Given that the temporary improvement of disease activity is most pronounced during the 3rd trimester, we hypothesized that the identified rebound genes and CpGs could be involved in mediating these pregnancy-induced effects. Interestingly, a significant overlap was found between the rebound DEGs and DMPs in MS and HC (CD4⁺ OR = 7.9 (methylation), 43.0 (RNA-seq) and p = 0.03, < 2.2 × 10^–16; CD8⁺ OR = 15.6, 22.9 and p < 2.2 × 10^–16, 2 × 10^–10).

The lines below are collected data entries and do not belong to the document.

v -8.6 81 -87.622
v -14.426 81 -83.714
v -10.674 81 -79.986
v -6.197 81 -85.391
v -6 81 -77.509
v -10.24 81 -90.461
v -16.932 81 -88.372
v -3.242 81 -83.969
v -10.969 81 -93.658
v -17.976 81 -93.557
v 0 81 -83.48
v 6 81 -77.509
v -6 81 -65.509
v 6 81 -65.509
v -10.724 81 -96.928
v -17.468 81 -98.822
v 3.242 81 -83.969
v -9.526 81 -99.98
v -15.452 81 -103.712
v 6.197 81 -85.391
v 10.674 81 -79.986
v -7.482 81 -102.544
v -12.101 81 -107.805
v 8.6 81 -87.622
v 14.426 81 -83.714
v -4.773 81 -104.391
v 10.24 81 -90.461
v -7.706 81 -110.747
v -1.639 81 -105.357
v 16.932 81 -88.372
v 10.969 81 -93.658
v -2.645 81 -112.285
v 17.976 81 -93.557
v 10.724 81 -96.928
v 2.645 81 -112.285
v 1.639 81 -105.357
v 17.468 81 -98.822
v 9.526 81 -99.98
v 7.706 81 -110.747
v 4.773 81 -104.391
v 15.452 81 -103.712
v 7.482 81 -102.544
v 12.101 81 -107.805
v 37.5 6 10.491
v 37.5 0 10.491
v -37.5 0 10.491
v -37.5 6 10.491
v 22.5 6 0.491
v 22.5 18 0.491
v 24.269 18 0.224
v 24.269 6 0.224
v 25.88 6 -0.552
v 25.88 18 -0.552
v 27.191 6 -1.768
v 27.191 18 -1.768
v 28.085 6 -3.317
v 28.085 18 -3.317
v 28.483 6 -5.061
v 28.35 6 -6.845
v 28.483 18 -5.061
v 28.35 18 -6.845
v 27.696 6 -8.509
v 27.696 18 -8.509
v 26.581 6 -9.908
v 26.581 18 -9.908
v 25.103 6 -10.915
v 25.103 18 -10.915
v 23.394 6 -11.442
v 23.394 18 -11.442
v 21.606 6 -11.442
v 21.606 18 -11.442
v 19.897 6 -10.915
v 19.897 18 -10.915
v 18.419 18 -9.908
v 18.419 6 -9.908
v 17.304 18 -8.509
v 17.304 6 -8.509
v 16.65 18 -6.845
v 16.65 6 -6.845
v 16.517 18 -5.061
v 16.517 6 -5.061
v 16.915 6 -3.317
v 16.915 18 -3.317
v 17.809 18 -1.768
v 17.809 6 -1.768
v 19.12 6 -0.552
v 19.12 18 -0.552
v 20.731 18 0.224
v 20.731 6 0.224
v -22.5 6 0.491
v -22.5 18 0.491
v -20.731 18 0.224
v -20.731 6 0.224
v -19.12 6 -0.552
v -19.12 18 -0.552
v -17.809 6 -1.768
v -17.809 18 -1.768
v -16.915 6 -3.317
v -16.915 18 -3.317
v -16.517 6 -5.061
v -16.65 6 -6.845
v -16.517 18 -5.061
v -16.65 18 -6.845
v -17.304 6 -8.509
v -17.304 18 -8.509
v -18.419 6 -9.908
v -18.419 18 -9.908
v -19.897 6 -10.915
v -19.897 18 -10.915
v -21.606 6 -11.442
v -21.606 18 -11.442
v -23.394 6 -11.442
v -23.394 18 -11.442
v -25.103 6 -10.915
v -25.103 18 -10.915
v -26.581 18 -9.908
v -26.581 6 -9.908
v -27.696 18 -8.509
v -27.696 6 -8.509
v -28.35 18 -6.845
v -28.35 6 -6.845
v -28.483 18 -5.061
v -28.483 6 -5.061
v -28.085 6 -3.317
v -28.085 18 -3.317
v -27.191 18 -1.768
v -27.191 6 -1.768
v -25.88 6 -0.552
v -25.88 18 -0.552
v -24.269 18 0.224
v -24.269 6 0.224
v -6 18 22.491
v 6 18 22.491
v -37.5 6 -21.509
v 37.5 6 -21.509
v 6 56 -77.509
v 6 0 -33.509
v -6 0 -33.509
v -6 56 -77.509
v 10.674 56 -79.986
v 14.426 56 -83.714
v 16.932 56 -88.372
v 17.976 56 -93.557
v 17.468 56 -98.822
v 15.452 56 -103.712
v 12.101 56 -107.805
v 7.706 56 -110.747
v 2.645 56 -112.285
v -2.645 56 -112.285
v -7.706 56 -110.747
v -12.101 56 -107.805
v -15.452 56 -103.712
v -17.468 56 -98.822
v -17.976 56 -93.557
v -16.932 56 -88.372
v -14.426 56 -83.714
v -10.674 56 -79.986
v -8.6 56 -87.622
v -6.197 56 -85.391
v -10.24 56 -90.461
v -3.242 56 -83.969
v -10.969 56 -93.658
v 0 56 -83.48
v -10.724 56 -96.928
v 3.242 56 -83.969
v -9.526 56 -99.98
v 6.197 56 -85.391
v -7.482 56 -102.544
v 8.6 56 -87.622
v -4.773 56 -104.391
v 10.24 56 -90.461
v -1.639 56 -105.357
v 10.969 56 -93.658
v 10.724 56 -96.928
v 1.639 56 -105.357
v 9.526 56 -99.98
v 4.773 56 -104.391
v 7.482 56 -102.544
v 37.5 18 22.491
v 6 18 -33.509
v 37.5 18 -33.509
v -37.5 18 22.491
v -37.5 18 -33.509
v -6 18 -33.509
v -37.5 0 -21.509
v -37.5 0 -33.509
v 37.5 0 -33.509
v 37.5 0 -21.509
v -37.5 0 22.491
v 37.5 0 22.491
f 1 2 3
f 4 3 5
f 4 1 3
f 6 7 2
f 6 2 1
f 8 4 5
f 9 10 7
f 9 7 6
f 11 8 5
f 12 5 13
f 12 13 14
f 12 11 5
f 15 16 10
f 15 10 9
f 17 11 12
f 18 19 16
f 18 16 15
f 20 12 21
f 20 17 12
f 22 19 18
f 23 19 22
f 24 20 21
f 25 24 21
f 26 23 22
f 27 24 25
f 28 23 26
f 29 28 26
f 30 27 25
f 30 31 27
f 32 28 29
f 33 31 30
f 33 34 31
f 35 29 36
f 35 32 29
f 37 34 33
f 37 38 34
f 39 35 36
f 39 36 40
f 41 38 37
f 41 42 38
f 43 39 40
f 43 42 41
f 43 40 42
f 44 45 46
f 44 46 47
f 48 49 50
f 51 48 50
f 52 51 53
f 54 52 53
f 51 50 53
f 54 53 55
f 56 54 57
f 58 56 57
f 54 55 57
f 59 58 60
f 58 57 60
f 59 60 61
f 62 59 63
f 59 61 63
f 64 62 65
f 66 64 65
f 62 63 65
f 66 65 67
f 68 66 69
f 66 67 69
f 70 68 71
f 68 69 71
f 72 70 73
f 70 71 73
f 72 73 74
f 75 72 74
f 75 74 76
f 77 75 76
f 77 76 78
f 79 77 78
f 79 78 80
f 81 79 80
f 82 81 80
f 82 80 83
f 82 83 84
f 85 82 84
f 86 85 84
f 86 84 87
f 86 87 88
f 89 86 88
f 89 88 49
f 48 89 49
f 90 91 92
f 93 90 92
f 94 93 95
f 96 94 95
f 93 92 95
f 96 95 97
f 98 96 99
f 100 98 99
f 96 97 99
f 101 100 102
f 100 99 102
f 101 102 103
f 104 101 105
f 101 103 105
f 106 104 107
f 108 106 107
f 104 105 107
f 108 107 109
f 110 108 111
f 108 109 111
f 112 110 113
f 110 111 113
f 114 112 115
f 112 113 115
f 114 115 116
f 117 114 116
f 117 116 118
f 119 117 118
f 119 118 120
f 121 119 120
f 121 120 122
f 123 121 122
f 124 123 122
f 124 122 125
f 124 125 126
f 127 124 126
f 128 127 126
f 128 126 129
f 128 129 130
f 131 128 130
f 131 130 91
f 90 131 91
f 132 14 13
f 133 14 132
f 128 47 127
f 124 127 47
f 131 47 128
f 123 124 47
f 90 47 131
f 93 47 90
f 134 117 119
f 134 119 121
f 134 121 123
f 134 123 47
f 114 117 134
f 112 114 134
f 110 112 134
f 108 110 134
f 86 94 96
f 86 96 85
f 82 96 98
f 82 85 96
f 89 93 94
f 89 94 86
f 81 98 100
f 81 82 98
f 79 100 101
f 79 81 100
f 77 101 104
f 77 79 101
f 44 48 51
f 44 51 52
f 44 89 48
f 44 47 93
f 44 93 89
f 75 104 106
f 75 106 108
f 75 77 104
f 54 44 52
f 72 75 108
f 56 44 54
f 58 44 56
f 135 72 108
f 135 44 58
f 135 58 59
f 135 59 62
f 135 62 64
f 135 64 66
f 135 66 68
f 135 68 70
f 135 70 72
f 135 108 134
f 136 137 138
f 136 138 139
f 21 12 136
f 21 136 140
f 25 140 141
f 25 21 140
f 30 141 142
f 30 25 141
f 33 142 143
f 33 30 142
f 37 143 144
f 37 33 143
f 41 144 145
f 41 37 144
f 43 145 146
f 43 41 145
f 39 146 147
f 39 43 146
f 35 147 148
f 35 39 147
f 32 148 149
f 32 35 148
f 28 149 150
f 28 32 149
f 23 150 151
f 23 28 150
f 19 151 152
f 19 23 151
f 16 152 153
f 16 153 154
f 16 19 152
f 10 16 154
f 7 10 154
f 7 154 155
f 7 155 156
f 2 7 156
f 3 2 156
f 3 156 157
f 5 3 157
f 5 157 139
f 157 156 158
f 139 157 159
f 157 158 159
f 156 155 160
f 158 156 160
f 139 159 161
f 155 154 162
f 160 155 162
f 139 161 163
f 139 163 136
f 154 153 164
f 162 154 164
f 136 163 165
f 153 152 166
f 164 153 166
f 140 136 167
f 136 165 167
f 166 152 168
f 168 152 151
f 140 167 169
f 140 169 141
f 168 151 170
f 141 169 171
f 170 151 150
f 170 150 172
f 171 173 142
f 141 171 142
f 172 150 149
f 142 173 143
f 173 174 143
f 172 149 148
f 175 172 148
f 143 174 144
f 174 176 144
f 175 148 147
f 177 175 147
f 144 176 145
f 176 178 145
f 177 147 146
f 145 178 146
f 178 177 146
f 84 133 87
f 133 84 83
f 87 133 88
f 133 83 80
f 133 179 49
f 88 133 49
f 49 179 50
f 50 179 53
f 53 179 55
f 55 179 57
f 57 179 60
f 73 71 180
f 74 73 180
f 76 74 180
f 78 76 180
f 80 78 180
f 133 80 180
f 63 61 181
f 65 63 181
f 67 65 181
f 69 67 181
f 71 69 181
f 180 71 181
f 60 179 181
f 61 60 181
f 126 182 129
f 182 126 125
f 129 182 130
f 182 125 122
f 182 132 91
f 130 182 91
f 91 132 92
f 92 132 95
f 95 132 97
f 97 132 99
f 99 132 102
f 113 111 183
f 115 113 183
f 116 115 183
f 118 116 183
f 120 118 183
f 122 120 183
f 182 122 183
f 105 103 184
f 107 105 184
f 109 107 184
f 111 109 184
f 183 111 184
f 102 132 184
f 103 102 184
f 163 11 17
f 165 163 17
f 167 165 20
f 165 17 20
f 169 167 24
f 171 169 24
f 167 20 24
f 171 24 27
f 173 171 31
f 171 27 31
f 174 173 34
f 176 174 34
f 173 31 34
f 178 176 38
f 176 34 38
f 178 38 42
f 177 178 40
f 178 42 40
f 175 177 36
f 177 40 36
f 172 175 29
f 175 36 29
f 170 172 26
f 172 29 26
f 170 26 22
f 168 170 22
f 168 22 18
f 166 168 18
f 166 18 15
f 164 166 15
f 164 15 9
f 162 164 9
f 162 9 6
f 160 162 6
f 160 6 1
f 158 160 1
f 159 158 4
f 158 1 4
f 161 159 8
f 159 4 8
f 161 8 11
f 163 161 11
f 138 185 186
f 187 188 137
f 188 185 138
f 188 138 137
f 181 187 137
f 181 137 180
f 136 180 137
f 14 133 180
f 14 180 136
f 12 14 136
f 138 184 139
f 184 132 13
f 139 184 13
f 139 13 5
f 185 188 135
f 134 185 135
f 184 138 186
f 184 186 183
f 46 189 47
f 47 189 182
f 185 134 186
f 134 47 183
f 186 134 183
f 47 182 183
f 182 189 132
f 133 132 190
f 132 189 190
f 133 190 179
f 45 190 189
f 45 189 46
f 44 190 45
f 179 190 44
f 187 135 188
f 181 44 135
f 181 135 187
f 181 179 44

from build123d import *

# Parameters (mm, degrees)
SKETCH1_W           = 56
SKETCH1_H           = 18
BOSS_EXTRUDE1_DEPTH = 75
SKETCH2_R           = 6
CUT_EXTRUDE1_DEPTH  = 75
SKETCH3_W           = 32
SKETCH3_H           = 6
CUT_EXTRUDE2_DEPTH  = 75
BOSS_EXTRUDE5_DEPTH = 6
SKETCH23_R          = 18
SKETCH23_R_2        = 11
BOSS_EXTRUDE7_DEPTH = 25


with BuildPart() as part:
    # Sketch1 → Boss-Extrude1 (new body)
    with BuildSketch(Plane(origin=(0, 0, 0), x_dir=(0, 0, -1), z_dir=(1, 0, 0))):
        with Locations((5.509433962, 9)):
            Rectangle(SKETCH1_W, SKETCH1_H)
    extrude(amount=-BOSS_EXTRUDE1_DEPTH)

    # Sketch2 → Cut-Extrude1 (cut)
    with BuildSketch(Plane(origin=(0, 18, 0), x_dir=(1, 0, 0), z_dir=(0, 1, 0))):
        with Locations(Location((-15, 5.509433962, 0), (0, 0, 270))):
            Circle(SKETCH2_R)
        with Locations(Location((-60, 5.509433962, 0), (0, 0, 270))):
            Circle(SKETCH2_R)
    extrude(amount=-CUT_EXTRUDE1_DEPTH, mode=Mode.SUBTRACT)

    # Sketch3 → Cut-Extrude2 (cut)
    with BuildSketch(Plane(origin=(0, 0, 0), x_dir=(0, 0, -1), z_dir=(1, 0, 0))):
        with Locations((5.509433962, 3)):
            Rectangle(SKETCH3_W, SKETCH3_H)
    extrude(amount=-CUT_EXTRUDE2_DEPTH, mode=Mode.SUBTRACT)


with BuildPart() as part_1:
    # Body-Move/Copy1: moved
    add(part.part.moved(Location((37.5, 0, 0))))

    # Sketch4 → Boss-Extrude5 (add, symmetric)
    with BuildSketch(Plane(origin=(0, 0, 0), x_dir=(0, 0, -1), z_dir=(1, 0, 0))):
        Polygon((65.509433962, 81), (-22.490566038, 18), (33.509433962, 18), (33.509433962, 0), (77.509433962, 56), (77.509433962, 81), align=None)
    extrude(amount=BOSS_EXTRUDE5_DEPTH, both=True)

    # Sketch23 → Boss-Extrude7 (add)
    with BuildSketch(Plane(origin=(0, 81, 0), x_dir=(1, 0, 0), z_dir=(0, 1, 0))):
        with Locations((0, 94.479996711)):
            Circle(SKETCH23_R)
        with Locations(Location((0, 94.479996711, 0), (0, 0, 270))):
            Circle(SKETCH23_R_2, mode=Mode.SUBTRACT)
    extrude(amount=-BOSS_EXTRUDE7_DEPTH)


solid = part_1.part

Moreover, by analyzing the directionality in the rebound DEGs/DMPs, we observed that most of them changed in the same direction in both MS and HC (Fig. 5A, B). This was particularly evident for the CD8⁺ DMPs, where > 90% showed the same pattern in both MS and HC (Fig. 5B). Further, not only did MS and HC resemble each other when considering DNA methylation and gene expression separately, but also the regulatory patterns between the two omics were highly similar. More precisely, the regulatory role of each CpG was measured as the Spearman correlation coefficient with the corresponding gene and a significant overlap was observed between CpG–gene pairs characterized by similar correlations in MS and HC, for both CD4⁺ and CD8⁺ T cells (Additional file 1: Fig. S9).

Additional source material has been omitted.